I won't claim to have any understanding of cryptography or hashing,
but a cursory look at the code raises three red flags:

First,
It is *very* similar to sha256.
Not just the function structure, but almost line-for-line identical.
It could almost be said that SM3 is just a modified sha256 with slightly
different primitives.
(try "diff -u lib/sm3.c lib/sha256.c" to see what I mean).

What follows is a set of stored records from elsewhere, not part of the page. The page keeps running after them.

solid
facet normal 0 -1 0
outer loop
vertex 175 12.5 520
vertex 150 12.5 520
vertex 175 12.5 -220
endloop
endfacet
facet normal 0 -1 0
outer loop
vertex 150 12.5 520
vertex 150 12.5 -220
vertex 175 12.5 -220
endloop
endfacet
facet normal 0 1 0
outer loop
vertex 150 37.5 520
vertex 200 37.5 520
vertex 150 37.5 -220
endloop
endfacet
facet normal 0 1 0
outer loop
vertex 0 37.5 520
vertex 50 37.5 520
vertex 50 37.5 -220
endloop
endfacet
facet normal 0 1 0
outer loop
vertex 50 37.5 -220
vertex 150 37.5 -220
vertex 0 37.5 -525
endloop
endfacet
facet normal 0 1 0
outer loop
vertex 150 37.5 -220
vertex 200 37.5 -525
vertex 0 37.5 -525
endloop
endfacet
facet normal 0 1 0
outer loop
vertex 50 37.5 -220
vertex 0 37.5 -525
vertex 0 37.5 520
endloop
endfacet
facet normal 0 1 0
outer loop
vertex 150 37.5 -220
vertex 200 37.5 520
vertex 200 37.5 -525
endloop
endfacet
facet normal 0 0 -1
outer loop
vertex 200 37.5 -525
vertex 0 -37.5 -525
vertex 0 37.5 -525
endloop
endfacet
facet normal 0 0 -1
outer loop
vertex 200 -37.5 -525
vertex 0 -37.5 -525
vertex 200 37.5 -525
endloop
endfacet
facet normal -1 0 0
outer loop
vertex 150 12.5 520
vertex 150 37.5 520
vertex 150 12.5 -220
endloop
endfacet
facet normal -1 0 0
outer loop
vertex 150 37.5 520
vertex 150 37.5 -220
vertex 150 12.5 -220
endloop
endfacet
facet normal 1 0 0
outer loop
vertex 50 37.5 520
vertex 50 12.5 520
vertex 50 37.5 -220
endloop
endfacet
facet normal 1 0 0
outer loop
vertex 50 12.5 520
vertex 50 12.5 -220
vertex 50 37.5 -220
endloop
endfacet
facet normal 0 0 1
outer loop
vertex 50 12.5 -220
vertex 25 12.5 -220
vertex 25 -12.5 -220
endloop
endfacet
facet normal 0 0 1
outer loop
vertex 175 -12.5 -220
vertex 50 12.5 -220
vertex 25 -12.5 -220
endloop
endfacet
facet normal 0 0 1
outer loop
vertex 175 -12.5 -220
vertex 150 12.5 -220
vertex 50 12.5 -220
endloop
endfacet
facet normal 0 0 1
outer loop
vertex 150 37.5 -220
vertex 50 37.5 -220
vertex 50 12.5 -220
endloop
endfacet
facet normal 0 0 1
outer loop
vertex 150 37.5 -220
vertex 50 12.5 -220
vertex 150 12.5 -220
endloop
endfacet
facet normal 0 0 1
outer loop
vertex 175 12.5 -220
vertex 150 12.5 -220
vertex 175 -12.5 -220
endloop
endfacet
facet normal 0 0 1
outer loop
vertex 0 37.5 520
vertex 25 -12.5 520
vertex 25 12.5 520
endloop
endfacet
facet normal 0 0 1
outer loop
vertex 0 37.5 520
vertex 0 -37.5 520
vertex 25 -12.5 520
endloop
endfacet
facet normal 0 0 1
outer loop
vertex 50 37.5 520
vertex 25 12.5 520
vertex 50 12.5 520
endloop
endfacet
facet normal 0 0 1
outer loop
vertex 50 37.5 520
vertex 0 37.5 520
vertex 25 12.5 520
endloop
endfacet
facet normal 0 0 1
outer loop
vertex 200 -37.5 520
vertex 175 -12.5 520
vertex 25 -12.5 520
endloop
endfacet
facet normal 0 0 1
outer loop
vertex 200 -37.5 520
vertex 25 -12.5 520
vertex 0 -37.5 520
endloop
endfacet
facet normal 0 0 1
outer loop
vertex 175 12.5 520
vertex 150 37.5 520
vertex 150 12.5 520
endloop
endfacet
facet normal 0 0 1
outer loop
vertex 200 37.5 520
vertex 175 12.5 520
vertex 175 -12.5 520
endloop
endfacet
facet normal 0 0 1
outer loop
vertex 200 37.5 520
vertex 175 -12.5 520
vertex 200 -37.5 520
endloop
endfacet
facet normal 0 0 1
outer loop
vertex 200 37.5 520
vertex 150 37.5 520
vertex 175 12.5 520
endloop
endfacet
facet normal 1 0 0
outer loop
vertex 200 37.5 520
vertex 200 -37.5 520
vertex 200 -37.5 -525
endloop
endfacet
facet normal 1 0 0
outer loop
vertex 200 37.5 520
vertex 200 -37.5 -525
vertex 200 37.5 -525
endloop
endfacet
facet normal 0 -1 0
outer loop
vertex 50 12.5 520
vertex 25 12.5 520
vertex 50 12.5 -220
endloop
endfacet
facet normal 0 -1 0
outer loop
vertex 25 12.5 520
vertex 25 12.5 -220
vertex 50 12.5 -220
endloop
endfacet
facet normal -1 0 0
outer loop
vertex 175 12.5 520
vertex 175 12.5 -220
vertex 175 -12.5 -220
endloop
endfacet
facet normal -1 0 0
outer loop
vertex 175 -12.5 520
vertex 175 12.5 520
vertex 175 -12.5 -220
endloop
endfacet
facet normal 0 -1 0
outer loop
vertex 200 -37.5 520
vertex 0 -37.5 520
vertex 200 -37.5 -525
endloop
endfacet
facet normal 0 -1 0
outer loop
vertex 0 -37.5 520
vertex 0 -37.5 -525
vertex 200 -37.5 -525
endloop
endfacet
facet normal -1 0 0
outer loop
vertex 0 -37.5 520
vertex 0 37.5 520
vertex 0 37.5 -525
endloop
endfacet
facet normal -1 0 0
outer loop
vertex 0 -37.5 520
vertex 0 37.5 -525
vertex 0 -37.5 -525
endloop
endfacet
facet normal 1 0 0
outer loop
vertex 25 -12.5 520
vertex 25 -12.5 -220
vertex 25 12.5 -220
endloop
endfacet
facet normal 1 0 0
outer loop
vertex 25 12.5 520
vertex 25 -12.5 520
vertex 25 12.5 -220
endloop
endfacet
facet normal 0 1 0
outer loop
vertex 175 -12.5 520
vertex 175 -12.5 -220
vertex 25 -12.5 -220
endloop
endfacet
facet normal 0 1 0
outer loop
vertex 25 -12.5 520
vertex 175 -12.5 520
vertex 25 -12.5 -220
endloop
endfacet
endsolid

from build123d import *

# Parameters (mm, degrees)
F0_W     = 75
F0_H     = 610
F1_DEPTH = 200
F2_W     = 25
F2_H     = 25
F3_DEPTH = 525
F4_W     = 200
F4_H     = 75
F5_DEPTH = 220
F7_DEPTH = 215


with BuildPart() as f1:
    # F0 (on Right) → F1 (new body)
    with BuildSketch(Plane.YZ):
        Rectangle(F0_W, F0_H)
    extrude(amount=F1_DEPTH)

    # F2 (on face) → F3 (cut)
    with BuildSketch(Plane.XY.offset(305)):
        Polygon((150, 37.5), (50, 37.5), (50, 12.5), (50, -12.5), (150, -12.5), (150, 12.5), align=None)
        with Locations((37.5, 0)):
            Rectangle(F2_W, F2_H)
        with Locations((162.5, 0)):
            Rectangle(F2_W, F2_H)
    extrude(amount=-F3_DEPTH, mode=Mode.SUBTRACT)

    # F4 (on face) → F5 (join)
    with BuildSketch(Plane(origin=(0, 0, -305), x_dir=(1, 0, 0), z_dir=(0, 0, -1))):
        with Locations((100, 0)):
            Rectangle(F4_W, F4_H)
    extrude(amount=F5_DEPTH)

    # F6 (on face) → F7 (join)
    with BuildSketch(Plane.XY.offset(305)):
        Polygon((25, -12.5), (25, 12.5), (50, 12.5), (50, 37.5), (0, 37.5), (0, -37.5), (200, -37.5), (200, 37.5), (150, 37.5), (150, 12.5), (175, 12.5), (175, -12.5), align=None)
    extrude(amount=F7_DEPTH)


solid = f1.part
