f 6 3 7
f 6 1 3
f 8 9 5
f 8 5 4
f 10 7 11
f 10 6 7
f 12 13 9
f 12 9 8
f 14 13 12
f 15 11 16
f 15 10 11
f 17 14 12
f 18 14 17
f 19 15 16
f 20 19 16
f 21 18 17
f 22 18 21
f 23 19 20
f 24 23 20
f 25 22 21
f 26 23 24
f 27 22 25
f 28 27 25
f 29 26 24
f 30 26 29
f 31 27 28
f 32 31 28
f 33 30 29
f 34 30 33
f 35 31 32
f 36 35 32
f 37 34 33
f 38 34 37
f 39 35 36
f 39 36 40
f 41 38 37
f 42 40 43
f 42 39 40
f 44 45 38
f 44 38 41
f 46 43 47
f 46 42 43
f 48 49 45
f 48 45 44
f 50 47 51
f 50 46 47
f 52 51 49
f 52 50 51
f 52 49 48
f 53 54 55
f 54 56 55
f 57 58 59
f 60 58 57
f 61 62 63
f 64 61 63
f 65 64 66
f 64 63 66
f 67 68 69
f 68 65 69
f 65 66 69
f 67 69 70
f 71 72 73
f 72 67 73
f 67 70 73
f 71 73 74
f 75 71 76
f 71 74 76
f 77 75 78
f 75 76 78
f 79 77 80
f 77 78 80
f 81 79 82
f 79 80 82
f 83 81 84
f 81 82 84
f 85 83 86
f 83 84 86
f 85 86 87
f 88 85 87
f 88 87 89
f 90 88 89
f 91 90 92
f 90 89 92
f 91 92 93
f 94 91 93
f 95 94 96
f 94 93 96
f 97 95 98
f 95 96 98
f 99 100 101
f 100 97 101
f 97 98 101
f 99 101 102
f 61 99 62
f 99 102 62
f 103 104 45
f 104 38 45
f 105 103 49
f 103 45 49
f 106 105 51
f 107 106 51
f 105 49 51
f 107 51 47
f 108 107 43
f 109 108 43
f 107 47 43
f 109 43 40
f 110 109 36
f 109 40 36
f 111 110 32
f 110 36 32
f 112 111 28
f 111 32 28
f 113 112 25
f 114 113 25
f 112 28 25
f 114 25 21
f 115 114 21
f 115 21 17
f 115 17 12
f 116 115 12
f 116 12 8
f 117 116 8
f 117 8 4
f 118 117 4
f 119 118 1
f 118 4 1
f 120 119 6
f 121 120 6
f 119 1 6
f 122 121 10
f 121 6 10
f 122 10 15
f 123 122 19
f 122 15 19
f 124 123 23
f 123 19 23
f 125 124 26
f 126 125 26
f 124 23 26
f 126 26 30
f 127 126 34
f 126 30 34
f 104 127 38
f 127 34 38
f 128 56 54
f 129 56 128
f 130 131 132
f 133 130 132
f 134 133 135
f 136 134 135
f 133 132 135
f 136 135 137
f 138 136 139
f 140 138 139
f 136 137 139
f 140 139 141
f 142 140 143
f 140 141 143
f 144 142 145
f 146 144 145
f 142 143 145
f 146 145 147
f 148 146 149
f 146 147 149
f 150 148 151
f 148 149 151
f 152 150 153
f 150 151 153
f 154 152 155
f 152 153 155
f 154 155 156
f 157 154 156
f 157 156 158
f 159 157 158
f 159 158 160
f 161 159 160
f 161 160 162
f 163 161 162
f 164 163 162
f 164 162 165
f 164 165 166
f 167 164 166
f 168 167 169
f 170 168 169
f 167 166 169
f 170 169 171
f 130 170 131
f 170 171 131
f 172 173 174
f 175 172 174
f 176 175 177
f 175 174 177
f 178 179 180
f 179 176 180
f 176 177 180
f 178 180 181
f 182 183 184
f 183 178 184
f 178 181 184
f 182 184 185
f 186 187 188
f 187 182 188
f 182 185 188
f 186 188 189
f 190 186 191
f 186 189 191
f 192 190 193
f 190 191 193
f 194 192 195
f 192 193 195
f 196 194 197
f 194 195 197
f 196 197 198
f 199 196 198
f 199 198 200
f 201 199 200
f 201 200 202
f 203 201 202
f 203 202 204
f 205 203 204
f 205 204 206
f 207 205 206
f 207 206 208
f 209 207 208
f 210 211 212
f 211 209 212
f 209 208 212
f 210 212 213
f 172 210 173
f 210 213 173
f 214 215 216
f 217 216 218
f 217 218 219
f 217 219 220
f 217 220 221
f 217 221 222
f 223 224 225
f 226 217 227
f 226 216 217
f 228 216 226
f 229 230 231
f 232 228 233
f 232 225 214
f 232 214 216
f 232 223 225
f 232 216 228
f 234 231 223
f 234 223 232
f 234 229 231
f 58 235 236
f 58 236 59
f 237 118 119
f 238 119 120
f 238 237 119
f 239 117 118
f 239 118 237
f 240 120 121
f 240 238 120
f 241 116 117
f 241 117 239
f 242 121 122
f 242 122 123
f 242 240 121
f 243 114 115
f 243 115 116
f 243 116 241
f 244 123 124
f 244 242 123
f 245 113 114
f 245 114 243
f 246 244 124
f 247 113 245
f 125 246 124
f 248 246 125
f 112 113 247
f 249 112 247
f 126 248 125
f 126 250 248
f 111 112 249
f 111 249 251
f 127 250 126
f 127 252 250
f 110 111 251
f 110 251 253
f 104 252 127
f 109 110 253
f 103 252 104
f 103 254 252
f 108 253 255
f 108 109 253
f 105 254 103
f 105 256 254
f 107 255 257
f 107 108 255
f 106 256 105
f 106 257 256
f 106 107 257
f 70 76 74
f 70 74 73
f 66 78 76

sha256 was published in 2001, and while it has not yet been compromised,
I would naively think it is not wise to offer a new hashing algorithm in
2017 that's based on sha256.
I think it is already generally recommended to move away from sha-256
to at least sha-512 (or sha-3).



Second,
All SHA-2 hash functions use initialization values that
are based on the cube roots of the first 62 primes.
In lib/sha256.c it is the "sha256_round_constants" variable.
In lib/sm3.c these initialization values are the same 32bit values,
rotated:

/* SM3 round constants */
#define T(j) sm3_round_constants[j]
static const uint32_t sm3_round_constants[64] = {
0x79cc4519UL, 0xf3988a32UL, 0xe7311465UL, 0xce6228cbUL,
0x9cc45197UL, 0x3988a32fUL, 0x7311465eUL, 0xe6228cbcUL,
0xcc451979UL, 0x988a32f3UL, 0x311465e7UL, 0x6228cbceUL,
0xc451979cUL, 0x88a32f39UL, 0x11465e73UL, 0x228cbce6UL,
0x9d8a7a87UL, 0x3b14f50fUL, 0x7629ea1eUL, 0xec53d43cUL,
0xd8a7a879UL, 0xb14f50f3UL, 0x629ea1e7UL, 0xc53d43ceUL,
0x8a7a879dUL, 0x14f50f3bUL, 0x29ea1e76UL, 0x53d43cecUL,
0xa7a879d8UL, 0x4f50f3b1UL, 0x9ea1e762UL, 0x3d43cec5UL,
0x7a879d8aUL, 0xf50f3b14UL, 0xea1e7629UL, 0xd43cec53UL,
0xa879d8a7UL, 0x50f3b14fUL, 0xa1e7629eUL, 0x43cec53dUL,
0x879d8a7aUL, 0x0f3b14f5UL, 0x1e7629eaUL, 0x3cec53d4UL,
0x79d8a7a8UL, 0xf3b14f50UL, 0xe7629ea1UL, 0xcec53d43UL,
0x9d8a7a87UL, 0x3b14f50fUL, 0x7629ea1eUL, 0xec53d43cUL,
0xd8a7a879UL, 0xb14f50f3UL, 0x629ea1e7UL, 0xc53d43ceUL,
0x8a7a879dUL, 0x14f50f3bUL, 0x29ea1e76UL, 0x53d43cecUL,
0xa7a879d8UL, 0x4f50f3b1UL, 0x9ea1e762UL, 0x3d43cec5UL,




Third,
The 64 rounds ("Compression function") in sha256 seem to
rotate the internal state variables equally (a..h)
in the R macro definition [1] and usage [2].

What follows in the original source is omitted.